> _What you will do_: Repeat the lines of the data that follow, please, starting at the first and stopping after the one with "f 123 245 246".

> _Task data_:
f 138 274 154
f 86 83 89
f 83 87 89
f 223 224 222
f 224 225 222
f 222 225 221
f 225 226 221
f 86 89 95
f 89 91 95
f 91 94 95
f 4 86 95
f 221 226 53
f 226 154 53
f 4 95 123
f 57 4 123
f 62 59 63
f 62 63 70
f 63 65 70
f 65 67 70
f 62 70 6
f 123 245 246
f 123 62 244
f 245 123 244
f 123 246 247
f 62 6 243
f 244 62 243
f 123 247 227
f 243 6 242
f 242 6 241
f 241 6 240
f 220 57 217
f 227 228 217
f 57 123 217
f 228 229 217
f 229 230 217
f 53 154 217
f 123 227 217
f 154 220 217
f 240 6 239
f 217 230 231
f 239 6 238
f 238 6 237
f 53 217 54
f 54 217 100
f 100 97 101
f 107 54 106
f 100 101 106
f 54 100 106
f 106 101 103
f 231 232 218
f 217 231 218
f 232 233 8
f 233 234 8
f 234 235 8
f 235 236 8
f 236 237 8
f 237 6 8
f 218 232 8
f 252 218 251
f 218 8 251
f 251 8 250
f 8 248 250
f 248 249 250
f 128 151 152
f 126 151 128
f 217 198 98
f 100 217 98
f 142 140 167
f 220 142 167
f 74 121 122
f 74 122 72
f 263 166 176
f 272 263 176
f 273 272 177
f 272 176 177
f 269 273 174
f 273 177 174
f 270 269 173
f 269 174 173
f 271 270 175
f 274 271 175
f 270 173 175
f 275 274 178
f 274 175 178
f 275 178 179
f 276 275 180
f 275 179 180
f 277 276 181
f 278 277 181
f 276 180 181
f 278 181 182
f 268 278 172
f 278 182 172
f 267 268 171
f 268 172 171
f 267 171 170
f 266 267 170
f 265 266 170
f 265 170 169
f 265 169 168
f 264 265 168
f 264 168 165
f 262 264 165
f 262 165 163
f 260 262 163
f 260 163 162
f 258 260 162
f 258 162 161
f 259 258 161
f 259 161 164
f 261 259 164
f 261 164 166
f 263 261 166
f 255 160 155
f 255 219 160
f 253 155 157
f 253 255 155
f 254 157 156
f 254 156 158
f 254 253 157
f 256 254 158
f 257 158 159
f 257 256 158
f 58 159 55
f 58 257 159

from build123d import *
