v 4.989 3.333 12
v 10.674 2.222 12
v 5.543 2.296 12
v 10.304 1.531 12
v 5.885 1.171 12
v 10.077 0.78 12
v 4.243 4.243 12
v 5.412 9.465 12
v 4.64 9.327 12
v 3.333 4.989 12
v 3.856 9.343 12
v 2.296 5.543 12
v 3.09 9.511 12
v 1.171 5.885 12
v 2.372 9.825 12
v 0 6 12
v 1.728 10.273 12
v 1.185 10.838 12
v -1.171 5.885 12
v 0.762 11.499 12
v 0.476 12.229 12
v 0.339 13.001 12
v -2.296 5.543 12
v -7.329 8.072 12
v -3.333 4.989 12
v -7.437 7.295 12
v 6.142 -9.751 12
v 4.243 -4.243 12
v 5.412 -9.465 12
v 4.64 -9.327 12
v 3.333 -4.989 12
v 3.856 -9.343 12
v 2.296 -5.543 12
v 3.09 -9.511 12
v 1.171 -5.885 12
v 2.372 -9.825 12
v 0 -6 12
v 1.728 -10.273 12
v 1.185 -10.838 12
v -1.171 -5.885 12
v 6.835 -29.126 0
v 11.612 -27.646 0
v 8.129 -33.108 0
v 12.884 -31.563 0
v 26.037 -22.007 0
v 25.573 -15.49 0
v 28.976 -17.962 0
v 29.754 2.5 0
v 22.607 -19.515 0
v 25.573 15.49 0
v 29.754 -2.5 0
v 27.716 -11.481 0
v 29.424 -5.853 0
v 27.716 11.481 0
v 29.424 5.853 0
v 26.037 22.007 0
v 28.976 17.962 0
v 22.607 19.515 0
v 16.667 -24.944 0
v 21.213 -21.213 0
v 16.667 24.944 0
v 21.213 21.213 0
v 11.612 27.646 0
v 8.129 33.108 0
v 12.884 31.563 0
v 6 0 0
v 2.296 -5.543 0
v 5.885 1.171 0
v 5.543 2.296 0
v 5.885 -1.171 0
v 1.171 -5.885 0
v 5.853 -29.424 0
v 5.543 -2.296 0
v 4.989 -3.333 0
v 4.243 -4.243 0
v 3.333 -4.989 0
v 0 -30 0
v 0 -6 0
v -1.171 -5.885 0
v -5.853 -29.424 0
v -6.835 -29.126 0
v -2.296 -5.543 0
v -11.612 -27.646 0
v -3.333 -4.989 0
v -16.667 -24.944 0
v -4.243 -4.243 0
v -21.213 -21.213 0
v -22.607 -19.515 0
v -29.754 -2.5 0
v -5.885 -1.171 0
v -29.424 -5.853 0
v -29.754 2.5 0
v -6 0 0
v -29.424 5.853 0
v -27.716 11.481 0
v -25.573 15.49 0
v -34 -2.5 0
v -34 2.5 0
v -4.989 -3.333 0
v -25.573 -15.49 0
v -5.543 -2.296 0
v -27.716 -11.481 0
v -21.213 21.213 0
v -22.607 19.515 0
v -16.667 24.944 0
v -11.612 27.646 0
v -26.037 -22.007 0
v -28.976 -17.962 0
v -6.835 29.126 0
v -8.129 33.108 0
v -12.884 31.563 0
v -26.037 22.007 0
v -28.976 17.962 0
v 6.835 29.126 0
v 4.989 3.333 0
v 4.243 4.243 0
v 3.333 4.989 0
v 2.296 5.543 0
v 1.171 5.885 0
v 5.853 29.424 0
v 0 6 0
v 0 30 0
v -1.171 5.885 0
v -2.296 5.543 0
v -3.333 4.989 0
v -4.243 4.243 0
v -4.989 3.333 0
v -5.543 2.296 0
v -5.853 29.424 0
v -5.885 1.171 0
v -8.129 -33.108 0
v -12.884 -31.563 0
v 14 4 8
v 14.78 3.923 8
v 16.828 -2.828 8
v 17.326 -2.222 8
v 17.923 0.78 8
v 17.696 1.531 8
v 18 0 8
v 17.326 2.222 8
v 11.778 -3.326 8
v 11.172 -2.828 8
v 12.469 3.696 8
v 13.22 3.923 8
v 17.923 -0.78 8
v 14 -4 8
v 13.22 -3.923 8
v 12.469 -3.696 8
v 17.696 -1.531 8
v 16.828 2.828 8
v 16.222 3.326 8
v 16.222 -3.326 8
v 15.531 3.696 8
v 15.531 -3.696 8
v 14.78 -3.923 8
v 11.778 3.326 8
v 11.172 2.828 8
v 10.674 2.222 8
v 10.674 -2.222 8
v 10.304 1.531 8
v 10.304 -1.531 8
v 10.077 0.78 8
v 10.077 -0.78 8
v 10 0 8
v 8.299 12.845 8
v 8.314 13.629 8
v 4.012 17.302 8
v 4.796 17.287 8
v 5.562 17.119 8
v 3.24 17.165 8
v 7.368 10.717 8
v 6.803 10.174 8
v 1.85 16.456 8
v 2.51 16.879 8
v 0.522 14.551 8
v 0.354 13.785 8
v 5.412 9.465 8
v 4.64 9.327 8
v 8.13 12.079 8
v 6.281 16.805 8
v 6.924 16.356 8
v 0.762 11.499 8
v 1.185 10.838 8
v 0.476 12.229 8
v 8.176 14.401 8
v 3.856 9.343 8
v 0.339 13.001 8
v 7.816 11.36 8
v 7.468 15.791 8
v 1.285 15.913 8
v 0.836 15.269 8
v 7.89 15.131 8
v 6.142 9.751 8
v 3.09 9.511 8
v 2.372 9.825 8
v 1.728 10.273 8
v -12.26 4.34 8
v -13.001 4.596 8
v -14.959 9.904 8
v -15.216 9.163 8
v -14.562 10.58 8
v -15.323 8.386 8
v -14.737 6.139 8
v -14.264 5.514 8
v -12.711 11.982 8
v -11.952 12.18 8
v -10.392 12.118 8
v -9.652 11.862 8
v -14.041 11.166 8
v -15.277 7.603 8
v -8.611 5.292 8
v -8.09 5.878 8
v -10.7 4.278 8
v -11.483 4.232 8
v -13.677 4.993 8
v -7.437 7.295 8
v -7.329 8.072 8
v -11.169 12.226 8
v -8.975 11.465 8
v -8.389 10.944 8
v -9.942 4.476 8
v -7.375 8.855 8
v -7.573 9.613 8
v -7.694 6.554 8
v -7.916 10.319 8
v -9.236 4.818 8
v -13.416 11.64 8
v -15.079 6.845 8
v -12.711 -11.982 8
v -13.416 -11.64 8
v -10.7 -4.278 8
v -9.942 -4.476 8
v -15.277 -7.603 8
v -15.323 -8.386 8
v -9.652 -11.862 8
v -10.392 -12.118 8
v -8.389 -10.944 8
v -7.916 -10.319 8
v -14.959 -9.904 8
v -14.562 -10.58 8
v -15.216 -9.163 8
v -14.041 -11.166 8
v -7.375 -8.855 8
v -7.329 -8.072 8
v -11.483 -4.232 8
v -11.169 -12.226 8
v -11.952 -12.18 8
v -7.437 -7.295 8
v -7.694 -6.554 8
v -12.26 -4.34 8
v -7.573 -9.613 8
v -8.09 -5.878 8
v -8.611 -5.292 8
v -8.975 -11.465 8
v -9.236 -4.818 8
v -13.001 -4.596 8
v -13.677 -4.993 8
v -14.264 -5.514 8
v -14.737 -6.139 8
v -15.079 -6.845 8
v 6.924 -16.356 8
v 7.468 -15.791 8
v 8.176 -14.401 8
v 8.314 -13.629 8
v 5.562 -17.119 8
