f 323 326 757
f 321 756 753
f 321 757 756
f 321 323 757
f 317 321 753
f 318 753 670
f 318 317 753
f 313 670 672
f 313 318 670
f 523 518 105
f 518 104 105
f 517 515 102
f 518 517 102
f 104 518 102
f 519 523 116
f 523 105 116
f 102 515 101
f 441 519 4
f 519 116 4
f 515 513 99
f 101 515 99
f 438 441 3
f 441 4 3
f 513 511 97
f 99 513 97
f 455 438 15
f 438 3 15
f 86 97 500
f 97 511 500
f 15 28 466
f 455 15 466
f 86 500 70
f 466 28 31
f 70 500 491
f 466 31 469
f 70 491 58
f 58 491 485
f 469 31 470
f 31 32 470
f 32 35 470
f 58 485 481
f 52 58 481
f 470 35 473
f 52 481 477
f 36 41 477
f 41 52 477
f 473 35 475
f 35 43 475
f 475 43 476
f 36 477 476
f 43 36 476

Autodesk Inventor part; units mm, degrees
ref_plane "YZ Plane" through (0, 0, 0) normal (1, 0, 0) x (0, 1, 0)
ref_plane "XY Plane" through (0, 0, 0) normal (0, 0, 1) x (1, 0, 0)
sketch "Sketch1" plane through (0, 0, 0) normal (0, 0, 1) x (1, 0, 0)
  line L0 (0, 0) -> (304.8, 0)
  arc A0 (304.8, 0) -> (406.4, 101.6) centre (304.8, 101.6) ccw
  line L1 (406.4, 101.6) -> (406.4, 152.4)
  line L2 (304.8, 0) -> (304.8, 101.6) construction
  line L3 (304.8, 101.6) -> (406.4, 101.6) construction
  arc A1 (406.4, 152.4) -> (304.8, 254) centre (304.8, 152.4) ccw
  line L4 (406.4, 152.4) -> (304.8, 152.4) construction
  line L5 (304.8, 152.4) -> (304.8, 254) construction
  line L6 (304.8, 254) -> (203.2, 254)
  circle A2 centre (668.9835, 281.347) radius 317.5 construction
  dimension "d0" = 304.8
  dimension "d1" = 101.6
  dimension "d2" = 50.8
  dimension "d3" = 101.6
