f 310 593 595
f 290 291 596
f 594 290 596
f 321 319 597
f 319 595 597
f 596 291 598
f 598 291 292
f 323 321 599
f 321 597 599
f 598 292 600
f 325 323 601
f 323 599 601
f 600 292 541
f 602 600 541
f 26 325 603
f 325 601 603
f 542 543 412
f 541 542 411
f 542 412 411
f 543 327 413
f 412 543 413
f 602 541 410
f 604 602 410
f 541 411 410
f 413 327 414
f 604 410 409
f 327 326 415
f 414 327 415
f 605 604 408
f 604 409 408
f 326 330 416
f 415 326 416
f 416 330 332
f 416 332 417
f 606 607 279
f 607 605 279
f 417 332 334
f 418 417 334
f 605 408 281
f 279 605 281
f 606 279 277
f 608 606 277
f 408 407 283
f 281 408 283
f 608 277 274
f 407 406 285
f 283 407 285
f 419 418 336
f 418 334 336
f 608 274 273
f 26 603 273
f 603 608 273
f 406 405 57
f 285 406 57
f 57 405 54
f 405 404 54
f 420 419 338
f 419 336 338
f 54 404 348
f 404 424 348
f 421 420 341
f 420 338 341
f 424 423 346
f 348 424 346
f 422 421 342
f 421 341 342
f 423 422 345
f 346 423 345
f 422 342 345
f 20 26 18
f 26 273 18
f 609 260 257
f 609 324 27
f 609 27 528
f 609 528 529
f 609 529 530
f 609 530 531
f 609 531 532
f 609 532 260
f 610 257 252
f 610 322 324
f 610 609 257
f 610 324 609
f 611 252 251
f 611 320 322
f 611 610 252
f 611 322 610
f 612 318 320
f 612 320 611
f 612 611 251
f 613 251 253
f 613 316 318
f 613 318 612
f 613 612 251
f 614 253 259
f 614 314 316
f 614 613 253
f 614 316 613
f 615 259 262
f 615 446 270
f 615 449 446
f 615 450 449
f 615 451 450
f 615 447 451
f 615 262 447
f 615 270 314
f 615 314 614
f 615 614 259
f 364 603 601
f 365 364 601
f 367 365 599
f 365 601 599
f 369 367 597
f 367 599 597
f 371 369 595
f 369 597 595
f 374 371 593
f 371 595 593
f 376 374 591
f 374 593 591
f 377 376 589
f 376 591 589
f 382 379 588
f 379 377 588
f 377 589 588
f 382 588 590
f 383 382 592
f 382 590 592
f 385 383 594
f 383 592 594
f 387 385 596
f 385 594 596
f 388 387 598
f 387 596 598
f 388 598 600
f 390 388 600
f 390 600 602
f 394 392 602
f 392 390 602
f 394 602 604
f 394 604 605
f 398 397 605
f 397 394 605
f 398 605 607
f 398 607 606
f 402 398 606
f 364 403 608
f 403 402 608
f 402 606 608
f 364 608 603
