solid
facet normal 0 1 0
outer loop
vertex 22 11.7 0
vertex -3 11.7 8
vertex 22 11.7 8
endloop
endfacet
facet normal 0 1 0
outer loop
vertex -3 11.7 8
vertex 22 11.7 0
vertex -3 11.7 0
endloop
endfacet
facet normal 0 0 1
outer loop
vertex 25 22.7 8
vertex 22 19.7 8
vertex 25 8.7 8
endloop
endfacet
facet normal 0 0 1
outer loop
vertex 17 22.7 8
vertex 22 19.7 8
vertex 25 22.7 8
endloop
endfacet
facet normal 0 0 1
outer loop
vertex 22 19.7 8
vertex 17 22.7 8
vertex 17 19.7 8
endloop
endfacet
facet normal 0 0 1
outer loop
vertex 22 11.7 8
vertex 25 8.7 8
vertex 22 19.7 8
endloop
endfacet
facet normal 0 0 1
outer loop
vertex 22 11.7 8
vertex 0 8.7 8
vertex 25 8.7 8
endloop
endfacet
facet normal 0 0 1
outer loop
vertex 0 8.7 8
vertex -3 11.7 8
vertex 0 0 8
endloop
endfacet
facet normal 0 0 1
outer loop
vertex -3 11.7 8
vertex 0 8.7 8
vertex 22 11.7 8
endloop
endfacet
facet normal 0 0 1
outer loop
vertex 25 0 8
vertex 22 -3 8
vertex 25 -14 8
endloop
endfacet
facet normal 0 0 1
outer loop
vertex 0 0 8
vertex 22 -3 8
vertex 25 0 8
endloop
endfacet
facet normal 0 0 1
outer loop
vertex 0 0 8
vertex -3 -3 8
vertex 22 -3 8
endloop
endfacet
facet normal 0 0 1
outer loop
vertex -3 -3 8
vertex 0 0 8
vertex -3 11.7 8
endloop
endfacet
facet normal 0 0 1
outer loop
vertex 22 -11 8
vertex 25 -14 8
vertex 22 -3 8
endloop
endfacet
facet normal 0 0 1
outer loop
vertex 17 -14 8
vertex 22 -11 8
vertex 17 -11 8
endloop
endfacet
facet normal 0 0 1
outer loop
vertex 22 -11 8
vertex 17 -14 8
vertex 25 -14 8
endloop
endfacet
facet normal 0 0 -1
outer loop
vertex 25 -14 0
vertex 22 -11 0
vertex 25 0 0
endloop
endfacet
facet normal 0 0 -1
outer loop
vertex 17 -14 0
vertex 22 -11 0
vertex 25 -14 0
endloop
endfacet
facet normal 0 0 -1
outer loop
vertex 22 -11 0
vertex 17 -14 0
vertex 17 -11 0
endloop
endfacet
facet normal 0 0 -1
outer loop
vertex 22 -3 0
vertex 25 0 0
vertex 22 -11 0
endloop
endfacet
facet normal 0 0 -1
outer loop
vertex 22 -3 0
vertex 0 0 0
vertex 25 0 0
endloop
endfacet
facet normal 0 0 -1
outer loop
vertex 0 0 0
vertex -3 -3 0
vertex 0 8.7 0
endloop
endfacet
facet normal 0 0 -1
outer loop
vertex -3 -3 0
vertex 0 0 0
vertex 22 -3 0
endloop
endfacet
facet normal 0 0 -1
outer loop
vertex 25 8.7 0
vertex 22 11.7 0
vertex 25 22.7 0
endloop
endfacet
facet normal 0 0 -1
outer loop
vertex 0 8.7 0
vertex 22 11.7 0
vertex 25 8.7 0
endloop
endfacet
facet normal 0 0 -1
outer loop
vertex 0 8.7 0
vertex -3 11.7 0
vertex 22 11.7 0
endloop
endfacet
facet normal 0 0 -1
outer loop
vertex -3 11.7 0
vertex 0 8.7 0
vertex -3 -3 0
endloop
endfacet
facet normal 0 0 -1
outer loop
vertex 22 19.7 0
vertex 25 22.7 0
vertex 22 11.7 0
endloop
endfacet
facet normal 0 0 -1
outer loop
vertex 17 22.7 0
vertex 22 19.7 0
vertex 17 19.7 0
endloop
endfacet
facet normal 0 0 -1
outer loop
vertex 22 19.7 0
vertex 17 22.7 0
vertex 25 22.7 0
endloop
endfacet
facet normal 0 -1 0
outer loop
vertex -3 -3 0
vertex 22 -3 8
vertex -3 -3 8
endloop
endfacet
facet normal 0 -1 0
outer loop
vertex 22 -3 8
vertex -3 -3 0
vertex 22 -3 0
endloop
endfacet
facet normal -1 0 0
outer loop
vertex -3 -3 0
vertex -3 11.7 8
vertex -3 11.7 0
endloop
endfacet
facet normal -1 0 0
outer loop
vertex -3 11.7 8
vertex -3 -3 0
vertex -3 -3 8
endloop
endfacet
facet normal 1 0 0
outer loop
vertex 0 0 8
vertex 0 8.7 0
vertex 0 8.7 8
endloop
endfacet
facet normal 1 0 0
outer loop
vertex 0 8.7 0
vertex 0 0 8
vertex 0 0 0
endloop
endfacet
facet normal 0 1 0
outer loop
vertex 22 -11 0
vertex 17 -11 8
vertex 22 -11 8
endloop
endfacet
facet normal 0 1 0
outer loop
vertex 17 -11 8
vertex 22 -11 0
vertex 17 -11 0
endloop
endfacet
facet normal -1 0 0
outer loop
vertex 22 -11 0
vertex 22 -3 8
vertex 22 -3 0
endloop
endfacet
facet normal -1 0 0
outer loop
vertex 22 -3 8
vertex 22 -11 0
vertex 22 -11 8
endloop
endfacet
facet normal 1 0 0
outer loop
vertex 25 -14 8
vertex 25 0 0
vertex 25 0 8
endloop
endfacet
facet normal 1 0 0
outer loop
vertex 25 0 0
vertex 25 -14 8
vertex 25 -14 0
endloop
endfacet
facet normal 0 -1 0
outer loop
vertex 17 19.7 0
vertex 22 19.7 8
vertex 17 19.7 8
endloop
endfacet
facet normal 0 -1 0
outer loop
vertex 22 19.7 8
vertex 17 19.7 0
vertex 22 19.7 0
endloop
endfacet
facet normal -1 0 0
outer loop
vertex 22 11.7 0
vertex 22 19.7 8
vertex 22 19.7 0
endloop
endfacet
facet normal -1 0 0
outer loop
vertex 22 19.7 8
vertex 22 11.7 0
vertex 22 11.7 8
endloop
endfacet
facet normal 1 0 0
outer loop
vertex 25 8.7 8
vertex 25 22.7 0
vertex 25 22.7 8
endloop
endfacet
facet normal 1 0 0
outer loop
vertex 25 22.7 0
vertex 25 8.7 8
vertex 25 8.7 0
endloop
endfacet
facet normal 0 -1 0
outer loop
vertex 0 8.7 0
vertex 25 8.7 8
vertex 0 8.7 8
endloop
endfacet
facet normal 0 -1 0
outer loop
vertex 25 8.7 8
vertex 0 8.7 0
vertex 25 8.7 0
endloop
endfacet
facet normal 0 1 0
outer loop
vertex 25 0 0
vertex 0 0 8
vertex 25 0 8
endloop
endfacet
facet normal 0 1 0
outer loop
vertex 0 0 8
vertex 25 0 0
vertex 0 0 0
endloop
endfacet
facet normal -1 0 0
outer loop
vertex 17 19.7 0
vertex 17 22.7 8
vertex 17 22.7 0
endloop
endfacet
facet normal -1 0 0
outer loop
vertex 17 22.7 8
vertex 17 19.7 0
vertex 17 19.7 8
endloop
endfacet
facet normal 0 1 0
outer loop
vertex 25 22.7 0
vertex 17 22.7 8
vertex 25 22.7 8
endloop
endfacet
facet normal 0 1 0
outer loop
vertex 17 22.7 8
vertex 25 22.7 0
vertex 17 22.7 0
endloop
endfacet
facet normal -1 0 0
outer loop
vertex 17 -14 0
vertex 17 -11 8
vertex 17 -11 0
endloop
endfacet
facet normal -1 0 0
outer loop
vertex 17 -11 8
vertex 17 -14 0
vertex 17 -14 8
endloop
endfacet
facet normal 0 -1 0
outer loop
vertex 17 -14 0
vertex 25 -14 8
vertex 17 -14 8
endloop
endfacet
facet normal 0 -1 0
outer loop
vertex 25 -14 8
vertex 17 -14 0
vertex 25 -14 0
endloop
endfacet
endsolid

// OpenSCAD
structure_thickness = 3;
width = 8;
wall = 8.7;

length = 25;
hook_size = 8;


//right towards the wall
translate([0, wall, 0])
cube([length, structure_thickness, width]);


//left towards the wall
translate([0, -structure_thickness, 0])
cube([length, structure_thickness, width]);

//rigth hook
translate([length - hook_size, wall + hook_size + structure_thickness, 0])
cube([hook_size, structure_thickness, width]);

//left hook
translate([length - hook_size, -(structure_thickness*2 + hook_size), 0])
cube([hook_size, structure_thickness, width]);


//flats
rotate([0, 0, 90])
union() {
    
    //top
    translate([-structure_thickness, 0, 0])
    cube([wall + structure_thickness*2, structure_thickness, width]);

    //left
    translate([-structure_thickness - hook_size, -length, 0])
    cube([hook_size, structure_thickness, width]);
    
    //right
    translate([wall+structure_thickness, -length, 0])
    cube([hook_size, structure_thickness, width]);
}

> _Response to the exercise_:
f 138 274 154
f 86 83 89
f 83 87 89
f 223 224 222
f 224 225 222
f 222 225 221
f 225 226 221
f 86 89 95
f 89 91 95
f 91 94 95
f 4 86 95
f 221 226 53
f 226 154 53
f 4 95 123
f 57 4 123
f 62 59 63
f 62 63 70
f 63 65 70
f 65 67 70
f 62 70 6
f 123 245 246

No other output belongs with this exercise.